Rodgers provides numerous convincing examples of the cross-national exchange process of ideas and reforms to illustrate his arguments. Workmen's compensation insurance in America, for example, was based upon a pre-World War I British model, a "ready made solution with a history of success behind it" (248) that made similar acts in the U.S. possible. Additionally, housing, health and streetcars were a major concern of American social reformers in large cities, who often borrowed ideas about municipally-guided urban and industrial projects from experiments and visions in Berlin and London. As Rodgers notes regarding the new "self-owned" city, "municipalization was the first important Atlantic-wide progressive project...[that] borrowed experience and transnational example." (159) European precedents gave American progressives "a set of working, practical examples." (144) "He describes, however, in chapters 5 and 6, the impossibility of wholesale American import of strong European municipality due to the unique and equally strong traditions in the U.S. in favor of property rights, a tradition buttressed and maintained by legal tradition and the courts. One need only look at excess condemnation, widely practiced in Paris and London, to see an example of reforms disallowed by the courts, which held that public interests of taste and beauty did not surmount the rights of property owners. Housing in America "was a private matter," (196) unlike the European examples progressives saw.

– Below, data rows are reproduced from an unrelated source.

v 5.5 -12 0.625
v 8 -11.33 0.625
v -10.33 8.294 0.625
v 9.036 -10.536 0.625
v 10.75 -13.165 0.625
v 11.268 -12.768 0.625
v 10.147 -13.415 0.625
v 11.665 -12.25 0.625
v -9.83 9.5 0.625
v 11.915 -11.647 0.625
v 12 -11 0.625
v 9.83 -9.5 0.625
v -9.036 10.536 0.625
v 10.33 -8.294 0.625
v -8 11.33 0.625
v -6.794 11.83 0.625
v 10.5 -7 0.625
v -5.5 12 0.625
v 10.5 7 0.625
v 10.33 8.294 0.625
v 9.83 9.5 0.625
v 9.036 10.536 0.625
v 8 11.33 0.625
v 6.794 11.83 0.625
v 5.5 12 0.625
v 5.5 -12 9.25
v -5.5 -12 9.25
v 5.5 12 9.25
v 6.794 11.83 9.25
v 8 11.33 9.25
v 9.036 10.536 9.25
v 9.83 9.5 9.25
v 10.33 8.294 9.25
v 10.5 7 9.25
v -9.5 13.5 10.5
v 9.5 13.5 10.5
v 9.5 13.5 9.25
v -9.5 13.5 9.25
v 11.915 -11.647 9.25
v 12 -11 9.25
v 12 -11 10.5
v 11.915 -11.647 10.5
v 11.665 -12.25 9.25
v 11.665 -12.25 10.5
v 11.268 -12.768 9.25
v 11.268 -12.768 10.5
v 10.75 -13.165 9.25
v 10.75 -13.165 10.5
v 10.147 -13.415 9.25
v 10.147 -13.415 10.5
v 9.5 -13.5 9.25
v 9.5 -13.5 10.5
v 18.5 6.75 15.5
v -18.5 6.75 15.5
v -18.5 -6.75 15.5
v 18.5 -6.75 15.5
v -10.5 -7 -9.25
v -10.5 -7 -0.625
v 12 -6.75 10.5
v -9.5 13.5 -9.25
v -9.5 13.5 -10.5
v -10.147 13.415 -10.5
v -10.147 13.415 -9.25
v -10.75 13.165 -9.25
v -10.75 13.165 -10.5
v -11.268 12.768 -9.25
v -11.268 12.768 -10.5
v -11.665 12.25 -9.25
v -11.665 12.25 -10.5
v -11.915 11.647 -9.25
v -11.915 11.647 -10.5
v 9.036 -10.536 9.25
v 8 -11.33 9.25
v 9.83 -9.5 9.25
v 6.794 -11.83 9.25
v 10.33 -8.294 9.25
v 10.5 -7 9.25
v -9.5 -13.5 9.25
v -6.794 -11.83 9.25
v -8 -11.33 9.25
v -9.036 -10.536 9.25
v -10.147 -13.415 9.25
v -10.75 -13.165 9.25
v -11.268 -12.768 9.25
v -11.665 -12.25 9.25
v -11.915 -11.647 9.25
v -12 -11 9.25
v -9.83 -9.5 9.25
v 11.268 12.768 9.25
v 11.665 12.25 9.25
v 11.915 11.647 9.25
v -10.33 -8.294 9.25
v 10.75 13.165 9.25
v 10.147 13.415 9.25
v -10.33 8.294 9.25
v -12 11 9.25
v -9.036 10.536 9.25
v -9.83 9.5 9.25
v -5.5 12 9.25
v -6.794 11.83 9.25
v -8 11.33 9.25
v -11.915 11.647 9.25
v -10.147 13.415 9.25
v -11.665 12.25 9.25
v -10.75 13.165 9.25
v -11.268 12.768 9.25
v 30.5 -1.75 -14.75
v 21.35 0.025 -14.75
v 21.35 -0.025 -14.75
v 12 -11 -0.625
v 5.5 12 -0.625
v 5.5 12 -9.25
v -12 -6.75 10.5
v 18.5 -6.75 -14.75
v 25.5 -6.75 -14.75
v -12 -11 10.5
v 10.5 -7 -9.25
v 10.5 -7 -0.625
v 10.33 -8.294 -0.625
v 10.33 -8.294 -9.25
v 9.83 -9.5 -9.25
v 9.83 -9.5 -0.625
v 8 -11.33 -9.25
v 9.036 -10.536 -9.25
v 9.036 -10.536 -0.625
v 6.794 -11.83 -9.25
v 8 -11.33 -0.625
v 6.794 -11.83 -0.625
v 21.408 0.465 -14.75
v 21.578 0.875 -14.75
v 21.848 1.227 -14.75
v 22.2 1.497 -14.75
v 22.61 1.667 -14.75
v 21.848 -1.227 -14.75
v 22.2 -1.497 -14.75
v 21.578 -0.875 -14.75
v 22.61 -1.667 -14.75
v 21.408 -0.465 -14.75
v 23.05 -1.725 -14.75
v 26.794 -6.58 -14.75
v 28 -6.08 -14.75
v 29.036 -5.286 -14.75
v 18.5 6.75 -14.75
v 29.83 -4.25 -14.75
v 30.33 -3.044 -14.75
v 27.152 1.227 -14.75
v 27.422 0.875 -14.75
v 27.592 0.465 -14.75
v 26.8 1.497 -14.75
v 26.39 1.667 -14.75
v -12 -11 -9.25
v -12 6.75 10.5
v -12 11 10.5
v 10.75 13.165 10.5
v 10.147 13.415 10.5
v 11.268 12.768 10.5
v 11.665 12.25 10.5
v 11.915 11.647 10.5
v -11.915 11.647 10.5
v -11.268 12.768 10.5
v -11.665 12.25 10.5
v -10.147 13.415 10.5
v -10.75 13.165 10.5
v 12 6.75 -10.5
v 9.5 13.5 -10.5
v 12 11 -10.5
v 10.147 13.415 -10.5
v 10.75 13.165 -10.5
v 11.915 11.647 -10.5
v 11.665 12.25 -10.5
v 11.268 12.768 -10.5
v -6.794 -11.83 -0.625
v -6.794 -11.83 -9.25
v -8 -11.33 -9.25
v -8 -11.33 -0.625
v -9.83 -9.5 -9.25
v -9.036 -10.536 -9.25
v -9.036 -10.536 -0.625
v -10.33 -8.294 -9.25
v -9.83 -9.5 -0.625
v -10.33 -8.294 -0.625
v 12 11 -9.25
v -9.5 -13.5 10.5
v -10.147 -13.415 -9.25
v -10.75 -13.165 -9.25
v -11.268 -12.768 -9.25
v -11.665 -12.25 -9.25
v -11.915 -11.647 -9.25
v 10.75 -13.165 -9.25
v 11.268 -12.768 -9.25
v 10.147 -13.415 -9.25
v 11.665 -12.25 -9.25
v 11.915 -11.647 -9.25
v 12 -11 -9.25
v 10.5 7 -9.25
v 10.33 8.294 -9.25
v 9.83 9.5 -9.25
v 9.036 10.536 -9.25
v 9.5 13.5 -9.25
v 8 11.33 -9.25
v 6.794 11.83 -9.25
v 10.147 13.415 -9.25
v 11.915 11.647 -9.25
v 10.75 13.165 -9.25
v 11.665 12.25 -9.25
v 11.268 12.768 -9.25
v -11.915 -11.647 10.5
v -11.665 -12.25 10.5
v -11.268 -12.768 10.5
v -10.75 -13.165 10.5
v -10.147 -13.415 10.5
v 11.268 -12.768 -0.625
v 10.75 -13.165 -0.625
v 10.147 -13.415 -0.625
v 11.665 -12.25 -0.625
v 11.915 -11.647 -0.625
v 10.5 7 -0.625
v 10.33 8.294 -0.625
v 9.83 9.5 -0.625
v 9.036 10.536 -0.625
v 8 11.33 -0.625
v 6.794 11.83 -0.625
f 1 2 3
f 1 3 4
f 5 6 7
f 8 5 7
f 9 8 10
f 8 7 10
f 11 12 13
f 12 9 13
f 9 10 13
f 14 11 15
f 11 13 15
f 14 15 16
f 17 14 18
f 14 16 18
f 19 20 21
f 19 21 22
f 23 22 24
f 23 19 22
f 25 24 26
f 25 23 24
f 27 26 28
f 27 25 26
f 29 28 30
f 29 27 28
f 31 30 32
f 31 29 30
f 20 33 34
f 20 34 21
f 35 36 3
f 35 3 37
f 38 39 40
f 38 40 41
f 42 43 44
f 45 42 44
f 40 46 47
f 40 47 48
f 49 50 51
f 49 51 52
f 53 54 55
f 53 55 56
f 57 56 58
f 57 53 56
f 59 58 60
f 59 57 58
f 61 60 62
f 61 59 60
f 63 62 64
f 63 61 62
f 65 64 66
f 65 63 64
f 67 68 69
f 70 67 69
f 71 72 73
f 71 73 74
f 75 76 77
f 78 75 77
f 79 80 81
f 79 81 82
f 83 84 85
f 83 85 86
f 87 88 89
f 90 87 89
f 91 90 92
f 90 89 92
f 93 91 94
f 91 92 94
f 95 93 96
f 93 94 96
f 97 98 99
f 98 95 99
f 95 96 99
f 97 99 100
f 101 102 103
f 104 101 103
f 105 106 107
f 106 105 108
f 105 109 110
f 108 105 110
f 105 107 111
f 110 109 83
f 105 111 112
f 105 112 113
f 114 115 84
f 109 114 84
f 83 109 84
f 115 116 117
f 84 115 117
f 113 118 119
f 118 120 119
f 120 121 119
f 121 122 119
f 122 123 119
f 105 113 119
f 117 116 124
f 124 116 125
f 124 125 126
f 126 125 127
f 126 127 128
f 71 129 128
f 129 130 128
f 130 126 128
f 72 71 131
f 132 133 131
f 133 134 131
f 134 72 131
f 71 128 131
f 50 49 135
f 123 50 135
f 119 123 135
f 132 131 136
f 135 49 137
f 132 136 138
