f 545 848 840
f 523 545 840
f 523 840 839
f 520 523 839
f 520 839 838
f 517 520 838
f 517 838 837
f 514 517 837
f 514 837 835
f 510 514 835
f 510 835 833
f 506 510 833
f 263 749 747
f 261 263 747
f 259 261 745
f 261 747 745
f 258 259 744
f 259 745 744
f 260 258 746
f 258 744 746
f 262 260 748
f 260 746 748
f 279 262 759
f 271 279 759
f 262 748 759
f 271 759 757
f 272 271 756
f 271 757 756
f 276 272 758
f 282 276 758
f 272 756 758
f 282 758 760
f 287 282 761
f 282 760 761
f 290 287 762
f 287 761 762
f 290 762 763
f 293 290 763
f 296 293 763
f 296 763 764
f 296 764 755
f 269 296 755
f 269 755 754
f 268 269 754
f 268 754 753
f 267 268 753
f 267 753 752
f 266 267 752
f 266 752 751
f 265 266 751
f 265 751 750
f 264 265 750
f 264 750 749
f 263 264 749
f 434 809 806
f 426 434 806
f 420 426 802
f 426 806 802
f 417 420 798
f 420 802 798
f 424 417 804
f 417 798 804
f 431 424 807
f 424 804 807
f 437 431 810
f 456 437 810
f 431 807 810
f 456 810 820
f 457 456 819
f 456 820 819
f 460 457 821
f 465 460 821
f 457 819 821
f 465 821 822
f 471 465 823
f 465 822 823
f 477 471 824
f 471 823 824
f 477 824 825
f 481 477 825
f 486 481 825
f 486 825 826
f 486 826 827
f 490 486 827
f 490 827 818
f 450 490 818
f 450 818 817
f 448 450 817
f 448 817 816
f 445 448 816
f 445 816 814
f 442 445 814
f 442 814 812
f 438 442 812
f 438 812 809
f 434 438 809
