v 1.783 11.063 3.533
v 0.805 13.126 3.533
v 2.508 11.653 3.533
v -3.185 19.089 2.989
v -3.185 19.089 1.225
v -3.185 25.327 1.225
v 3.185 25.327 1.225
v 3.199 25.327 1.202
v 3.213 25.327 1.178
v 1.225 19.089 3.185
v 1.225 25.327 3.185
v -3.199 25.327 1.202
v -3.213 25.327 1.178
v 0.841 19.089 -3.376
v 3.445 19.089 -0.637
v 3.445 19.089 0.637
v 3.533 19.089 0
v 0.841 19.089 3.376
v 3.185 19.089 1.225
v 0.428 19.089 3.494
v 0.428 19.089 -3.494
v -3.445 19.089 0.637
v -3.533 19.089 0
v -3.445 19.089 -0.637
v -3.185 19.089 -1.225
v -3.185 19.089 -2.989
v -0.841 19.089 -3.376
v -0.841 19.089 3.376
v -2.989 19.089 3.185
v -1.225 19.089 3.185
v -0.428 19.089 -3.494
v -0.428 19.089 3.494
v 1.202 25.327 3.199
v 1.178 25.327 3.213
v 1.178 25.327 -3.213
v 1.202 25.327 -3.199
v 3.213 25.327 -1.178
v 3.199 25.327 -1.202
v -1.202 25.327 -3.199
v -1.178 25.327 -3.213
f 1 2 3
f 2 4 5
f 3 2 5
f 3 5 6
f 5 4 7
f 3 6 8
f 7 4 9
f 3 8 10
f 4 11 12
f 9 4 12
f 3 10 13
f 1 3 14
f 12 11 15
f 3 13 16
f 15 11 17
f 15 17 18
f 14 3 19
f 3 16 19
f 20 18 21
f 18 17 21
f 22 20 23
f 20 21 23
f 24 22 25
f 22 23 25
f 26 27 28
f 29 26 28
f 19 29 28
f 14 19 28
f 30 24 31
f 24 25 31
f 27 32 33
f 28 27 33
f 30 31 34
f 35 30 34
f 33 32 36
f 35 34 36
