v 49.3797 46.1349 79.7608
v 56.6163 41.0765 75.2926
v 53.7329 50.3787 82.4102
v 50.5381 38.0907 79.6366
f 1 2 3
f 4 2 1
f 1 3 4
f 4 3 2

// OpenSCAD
// Auto-generated auxetic polyhedron
points = [
    [53.732889, 50.378664, 82.410176],
    [56.616282, 41.076458, 75.292608],
    [49.379717, 46.134878, 79.760830],
    [50.538061, 38.090656, 79.636595],
];

faces = [
    [0, 1, 2],
    [2, 1, 3],
    [3, 0, 2],
    [1, 0, 3],
];

polyhedron(points = points, faces = faces);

Although some reviewers have taken exception with Rodgers' claim that within the progressive movement's ideology one can see the footers of the New Deal, his argument is convincing. What New Dealers "did best," he asserts, "was to throw in to the breach, with verve and imagination, schemes set in motion years or decades before." (415) A large number of New Deal projects came out of the old Atlantic progressive connection, and in "gathering in so much of the progressive agenda, the New Deal gathered in large chunks of European experience as well." (416)

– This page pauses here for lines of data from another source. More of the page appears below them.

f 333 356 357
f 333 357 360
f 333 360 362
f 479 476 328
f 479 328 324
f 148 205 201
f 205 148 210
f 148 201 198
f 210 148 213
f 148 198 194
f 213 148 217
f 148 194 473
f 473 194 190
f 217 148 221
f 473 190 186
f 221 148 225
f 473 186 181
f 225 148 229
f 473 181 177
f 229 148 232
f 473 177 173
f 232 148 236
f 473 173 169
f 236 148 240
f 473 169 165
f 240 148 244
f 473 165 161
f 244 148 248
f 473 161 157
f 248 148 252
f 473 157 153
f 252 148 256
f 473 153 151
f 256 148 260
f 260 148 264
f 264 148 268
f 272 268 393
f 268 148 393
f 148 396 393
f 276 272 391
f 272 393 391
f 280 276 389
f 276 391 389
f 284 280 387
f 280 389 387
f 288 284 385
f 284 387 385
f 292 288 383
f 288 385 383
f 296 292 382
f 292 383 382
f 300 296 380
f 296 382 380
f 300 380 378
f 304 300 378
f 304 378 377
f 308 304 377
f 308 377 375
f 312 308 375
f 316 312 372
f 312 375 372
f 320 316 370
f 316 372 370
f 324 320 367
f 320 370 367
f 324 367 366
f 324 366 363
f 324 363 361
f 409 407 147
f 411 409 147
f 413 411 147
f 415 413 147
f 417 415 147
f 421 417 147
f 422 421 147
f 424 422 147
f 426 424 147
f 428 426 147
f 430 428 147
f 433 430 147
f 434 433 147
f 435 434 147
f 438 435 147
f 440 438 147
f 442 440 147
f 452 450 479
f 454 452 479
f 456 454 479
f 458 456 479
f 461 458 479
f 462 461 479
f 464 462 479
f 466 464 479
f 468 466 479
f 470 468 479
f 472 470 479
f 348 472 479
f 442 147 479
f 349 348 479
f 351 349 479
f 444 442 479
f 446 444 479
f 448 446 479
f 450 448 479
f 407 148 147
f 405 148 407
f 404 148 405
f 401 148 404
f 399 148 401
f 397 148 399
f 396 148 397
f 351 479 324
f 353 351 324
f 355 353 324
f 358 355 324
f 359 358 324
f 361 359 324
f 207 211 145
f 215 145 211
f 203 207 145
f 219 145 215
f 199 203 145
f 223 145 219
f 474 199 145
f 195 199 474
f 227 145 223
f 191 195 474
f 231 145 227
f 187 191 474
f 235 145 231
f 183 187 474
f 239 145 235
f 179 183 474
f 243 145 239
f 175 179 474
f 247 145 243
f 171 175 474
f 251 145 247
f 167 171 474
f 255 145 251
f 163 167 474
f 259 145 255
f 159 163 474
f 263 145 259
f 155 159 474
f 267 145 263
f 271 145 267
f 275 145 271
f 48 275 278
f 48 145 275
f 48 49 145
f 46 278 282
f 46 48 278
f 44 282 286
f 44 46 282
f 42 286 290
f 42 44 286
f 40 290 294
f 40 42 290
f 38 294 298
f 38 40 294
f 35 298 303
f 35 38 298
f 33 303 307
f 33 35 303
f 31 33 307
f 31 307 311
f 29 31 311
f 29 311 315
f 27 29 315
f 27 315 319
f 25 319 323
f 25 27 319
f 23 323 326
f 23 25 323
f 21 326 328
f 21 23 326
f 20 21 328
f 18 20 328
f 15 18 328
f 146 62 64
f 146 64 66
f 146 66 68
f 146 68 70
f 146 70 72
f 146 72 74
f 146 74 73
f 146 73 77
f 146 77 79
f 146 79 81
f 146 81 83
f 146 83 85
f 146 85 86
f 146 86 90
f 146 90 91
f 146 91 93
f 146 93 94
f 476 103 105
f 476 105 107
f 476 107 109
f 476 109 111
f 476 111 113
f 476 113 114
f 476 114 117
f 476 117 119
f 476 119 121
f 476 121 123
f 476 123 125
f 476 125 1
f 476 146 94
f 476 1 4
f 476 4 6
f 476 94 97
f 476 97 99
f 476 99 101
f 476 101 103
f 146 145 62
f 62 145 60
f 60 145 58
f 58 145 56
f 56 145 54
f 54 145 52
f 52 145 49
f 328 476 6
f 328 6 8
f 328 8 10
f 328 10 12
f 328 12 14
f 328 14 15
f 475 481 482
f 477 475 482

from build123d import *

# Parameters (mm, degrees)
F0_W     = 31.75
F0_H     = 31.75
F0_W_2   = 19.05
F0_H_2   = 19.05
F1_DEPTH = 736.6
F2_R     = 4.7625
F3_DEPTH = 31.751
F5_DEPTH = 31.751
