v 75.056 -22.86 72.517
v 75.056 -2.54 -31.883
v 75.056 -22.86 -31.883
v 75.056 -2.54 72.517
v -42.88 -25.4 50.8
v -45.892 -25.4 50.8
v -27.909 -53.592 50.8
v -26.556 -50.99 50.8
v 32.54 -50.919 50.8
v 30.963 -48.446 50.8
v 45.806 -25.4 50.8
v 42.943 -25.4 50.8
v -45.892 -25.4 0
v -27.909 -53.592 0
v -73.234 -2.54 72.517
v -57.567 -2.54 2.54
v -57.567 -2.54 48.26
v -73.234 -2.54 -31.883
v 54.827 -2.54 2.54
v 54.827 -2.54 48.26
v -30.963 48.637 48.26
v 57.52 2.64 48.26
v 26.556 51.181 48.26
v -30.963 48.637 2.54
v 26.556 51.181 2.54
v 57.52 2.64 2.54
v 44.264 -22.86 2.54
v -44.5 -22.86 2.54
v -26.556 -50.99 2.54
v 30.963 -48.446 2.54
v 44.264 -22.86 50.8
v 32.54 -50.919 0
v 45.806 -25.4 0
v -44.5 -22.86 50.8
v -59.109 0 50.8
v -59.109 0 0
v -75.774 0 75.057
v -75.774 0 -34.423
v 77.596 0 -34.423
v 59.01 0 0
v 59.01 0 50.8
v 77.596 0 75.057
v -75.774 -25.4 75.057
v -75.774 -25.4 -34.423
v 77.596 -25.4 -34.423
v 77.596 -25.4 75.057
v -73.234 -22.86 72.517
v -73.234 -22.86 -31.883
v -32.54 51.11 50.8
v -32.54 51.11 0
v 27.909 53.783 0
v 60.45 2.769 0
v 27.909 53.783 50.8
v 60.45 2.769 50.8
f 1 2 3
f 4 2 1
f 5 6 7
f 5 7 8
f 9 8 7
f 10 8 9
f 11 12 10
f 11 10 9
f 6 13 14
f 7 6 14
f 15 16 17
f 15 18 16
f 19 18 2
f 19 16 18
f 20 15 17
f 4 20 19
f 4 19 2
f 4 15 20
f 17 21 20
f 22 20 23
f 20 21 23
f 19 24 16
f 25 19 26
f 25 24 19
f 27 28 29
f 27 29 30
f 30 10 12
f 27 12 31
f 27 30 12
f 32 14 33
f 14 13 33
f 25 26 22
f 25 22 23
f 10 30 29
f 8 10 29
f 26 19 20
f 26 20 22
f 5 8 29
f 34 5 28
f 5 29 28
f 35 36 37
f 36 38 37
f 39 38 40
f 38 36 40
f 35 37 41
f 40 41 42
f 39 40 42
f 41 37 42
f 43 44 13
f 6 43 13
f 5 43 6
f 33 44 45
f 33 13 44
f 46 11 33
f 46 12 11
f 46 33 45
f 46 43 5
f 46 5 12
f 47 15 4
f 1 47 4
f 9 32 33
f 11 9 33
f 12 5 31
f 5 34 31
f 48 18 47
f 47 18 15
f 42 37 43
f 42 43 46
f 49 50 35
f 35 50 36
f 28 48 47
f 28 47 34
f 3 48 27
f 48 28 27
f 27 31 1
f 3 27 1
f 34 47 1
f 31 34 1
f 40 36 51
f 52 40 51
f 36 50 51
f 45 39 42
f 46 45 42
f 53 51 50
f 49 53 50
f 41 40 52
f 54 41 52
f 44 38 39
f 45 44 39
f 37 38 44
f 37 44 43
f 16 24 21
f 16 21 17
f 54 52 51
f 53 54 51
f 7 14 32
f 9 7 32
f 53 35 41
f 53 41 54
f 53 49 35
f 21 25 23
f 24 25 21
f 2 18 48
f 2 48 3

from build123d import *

# Parameters (mm, degrees)
F1_DEPTH = 50.8
F2_W     = 153.3701941371
F2_H     = 109.4799749553
F3_DEPTH = 25.4
F4_T     = -2.54


# Not quite as in the source:
# - a shell that OpenCascade refuses in one call is made with other operations: the cavity is built on its own and cut out


with BuildPart() as f1:
    # F0 (on Top) → F1 (new body)
    with BuildSketch(Plane.XY):
        Polygon((32.5404184413, -50.9185224387), (60.4496595907, 2.769324145), (27.9092411494, 53.7833592726), (-32.5404184413, 51.1095478164), (-60.4496595907, -2.5782987673), (-27.9092411494, -53.5923338949), align=None)
    extrude(amount=F1_DEPTH)

    # F2 (on Front) → F3 (join)
    with BuildSketch(Plane.XZ):
        with Locations((0.9111128747, 20.3165654093)):
            Rectangle(F2_W, F2_H)
    extrude(amount=F3_DEPTH)

    # F4: a shell. OpenCascade refuses it in one call, so the cavity is built on its own and cut out:
    # the body offset inwards by the wall thickness, plus a prism from it out through each open face.
    f4_core = offset(f1.part, amount=F4_T, kind=Kind.INTERSECTION, mode=Mode.PRIVATE)
    f4_exits = [f4_core.faces().sort_by_distance(p)[0] for p in [
        (0.261081, -35.353201, 48.26),
    ]]
    add(f4_core, mode=Mode.SUBTRACT)
    extrude(f4_exits, amount=-F4_T, mode=Mode.SUBTRACT)


solid = f1.part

Perhaps the weakness in Atlantic Crossings is that which is left out, not in the arguments Rodgers articulately presents. First, it is surprising that Rodgers presents no detailed discussion regarding education reform, particularly when this issue was so important to the Germans at the time. Second, one would never know that there was an American South during this time period, a region where progressives were active even despite a lack of urban areas there. Nevertheless, Rodgers has done a masterful job of comparative history by emphasizing trans-national borrowing and cooperation.